### Record set
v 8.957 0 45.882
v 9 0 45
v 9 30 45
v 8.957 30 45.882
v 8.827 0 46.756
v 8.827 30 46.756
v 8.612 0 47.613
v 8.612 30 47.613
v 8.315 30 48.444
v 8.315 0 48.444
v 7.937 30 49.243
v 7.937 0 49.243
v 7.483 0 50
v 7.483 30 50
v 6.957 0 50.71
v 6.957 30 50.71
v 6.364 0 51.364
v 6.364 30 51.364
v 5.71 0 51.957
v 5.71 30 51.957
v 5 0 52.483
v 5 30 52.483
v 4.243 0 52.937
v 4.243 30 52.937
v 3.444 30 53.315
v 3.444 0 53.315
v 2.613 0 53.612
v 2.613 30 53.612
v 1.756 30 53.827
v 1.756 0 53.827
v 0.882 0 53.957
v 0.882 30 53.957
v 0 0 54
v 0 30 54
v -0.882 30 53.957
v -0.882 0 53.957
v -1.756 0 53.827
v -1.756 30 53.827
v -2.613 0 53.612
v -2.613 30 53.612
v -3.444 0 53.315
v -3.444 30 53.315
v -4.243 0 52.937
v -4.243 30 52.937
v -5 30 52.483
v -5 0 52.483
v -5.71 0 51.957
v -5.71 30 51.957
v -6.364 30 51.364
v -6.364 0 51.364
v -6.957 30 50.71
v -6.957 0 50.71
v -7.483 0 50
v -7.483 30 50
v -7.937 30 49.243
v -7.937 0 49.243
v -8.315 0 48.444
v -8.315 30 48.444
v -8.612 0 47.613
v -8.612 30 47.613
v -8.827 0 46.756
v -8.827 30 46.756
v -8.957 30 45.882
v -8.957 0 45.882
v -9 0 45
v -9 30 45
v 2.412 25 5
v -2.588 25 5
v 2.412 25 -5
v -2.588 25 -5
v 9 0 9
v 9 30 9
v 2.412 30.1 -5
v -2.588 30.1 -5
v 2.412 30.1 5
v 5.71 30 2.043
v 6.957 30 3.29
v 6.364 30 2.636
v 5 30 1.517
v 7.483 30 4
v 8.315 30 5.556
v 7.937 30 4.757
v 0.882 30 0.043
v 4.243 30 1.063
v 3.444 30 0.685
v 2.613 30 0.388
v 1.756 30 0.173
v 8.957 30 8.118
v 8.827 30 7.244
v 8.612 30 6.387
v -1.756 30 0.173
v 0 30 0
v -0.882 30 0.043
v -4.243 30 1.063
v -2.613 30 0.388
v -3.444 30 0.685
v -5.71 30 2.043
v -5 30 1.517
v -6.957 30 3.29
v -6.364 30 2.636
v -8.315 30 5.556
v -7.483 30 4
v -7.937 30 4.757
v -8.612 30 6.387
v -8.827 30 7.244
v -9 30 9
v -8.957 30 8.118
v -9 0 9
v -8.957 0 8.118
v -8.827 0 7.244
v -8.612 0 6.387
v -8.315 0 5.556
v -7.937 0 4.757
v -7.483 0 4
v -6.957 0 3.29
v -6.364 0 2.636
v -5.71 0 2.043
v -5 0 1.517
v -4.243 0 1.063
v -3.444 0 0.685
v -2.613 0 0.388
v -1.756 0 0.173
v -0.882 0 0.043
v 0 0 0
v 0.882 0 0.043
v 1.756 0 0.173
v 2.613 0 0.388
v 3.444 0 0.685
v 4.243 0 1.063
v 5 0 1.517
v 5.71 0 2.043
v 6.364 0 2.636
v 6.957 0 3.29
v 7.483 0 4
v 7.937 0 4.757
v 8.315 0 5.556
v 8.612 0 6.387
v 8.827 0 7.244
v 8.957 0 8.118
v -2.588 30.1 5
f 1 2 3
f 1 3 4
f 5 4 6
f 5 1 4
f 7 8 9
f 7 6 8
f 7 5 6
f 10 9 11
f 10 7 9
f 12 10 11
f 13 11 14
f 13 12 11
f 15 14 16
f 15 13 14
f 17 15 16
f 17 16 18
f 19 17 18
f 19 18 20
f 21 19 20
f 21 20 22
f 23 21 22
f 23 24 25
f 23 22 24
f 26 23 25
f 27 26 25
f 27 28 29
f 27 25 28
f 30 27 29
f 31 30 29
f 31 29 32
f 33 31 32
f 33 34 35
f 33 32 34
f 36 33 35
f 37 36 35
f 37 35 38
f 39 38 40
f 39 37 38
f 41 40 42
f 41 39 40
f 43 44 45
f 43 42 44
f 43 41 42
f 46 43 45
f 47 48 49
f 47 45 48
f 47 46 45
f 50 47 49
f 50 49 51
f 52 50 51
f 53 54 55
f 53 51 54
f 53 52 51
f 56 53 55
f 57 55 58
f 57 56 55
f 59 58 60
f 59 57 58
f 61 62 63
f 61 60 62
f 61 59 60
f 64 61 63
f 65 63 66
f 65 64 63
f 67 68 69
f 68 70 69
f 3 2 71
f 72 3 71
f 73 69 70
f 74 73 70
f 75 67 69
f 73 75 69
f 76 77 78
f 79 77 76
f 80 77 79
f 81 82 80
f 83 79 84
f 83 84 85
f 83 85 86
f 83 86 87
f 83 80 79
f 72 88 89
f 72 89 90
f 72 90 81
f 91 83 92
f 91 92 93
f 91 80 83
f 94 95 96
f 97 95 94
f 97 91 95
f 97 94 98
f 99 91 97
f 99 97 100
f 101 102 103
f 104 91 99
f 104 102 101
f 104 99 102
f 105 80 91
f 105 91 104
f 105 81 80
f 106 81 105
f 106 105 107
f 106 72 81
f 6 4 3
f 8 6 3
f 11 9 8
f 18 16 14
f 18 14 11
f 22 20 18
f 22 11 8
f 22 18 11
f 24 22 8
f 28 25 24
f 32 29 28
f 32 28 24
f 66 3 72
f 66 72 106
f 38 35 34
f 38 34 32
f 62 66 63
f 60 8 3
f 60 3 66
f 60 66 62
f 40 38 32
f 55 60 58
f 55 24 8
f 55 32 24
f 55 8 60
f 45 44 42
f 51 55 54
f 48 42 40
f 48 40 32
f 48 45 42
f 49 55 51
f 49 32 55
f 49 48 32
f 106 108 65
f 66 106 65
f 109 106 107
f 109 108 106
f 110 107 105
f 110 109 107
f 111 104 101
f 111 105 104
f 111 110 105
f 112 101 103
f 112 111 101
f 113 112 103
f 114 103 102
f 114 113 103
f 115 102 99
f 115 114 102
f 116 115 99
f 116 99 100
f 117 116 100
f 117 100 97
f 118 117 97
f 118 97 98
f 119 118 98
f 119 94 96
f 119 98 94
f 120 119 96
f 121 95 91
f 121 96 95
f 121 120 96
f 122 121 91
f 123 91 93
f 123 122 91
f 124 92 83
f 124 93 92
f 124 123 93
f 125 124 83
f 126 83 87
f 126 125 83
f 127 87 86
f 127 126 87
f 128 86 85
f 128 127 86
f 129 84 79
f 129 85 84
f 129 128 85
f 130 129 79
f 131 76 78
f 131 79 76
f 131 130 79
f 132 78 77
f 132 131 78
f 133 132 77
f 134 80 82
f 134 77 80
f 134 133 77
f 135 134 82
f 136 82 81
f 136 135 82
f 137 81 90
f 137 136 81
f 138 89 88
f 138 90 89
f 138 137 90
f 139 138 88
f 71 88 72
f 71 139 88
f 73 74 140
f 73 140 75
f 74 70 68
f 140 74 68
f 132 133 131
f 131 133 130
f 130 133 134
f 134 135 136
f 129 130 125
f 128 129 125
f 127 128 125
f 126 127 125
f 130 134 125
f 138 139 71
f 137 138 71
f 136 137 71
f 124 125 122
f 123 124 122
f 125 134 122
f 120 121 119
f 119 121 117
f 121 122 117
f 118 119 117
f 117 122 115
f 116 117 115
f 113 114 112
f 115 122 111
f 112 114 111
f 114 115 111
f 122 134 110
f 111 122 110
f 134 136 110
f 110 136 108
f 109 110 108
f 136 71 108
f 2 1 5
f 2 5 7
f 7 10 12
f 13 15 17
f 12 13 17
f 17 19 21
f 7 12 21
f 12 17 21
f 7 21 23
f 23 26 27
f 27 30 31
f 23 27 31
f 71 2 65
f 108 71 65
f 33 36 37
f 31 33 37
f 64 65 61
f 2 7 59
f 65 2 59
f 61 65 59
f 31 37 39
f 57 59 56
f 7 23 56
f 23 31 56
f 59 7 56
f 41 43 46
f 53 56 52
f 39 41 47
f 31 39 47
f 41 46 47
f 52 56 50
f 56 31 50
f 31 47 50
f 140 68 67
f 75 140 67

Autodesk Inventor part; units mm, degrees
ref_plane "YZ Plane" through (0, 0, 0) normal (1, 0, 0) x (0, 1, 0)
ref_plane "XZ Plane" through (0, 0, 0) normal (0, 1, 0) x (-1, 0, 0)
ref_plane "XY Plane" through (0, 0, 0) normal (0, 0, 1) x (1, 0, 0)
sketch "Sketch1" plane through (0, 0, 0) normal (0, 1, 0) x (-1, 0, 0)
  line L0 (0, 54) -> (0, 0) construction
  line L1 (-9, 45) -> (-9, 9)
  line L2 (9, 9) -> (9, 45)
  arc A0 (9, 45) -> (-9, 45) centre (0, 45) ccw
  arc A1 (-9, 9) -> (9, 9) centre (0, 9) ccw
  point P0 (0, 27)
  dimension "d0" = 54
  dimension "d1" = 18
extrude "Extrusion1" add sketch "Sketch1" along normal blind 30
sketch "Sketch2" plane through (0, 30, 0) normal (0, 1, 0) x (1, 0, 0)
  line L0 (-2.5878, -5) -> (2.4122, -5)
  line L1 (2.4122, -5) -> (2.4122, 5)
  line L2 (2.4122, 5) -> (-2.5878, 5)
  line L3 (-2.5878, 5) -> (-2.5878, -5)
  point P0 (0, 0)
  dimension "d4" = 5
  dimension "d5" = 10
  dimension "d6" = 5
extrude "Extrusion2" add sketch "Sketch2" along normal blind 0.1 and the other way blind 5 separate body
properties part number "battery_small"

### Assignment
Your answer should be the lines above, from the line containing "f 108 71 65" up to and including the line containing "f 75 140 67", reproduced exactly and with nothing else.

### Result
f 108 71 65
f 33 36 37
f 31 33 37
f 64 65 61
f 2 7 59
f 65 2 59
f 61 65 59
f 31 37 39
f 57 59 56
f 7 23 56
f 23 31 56
f 59 7 56
f 41 43 46
f 53 56 52
f 39 41 47
f 31 39 47
f 41 46 47
f 52 56 50
f 56 31 50
f 31 47 50
f 140 68 67
f 75 140 67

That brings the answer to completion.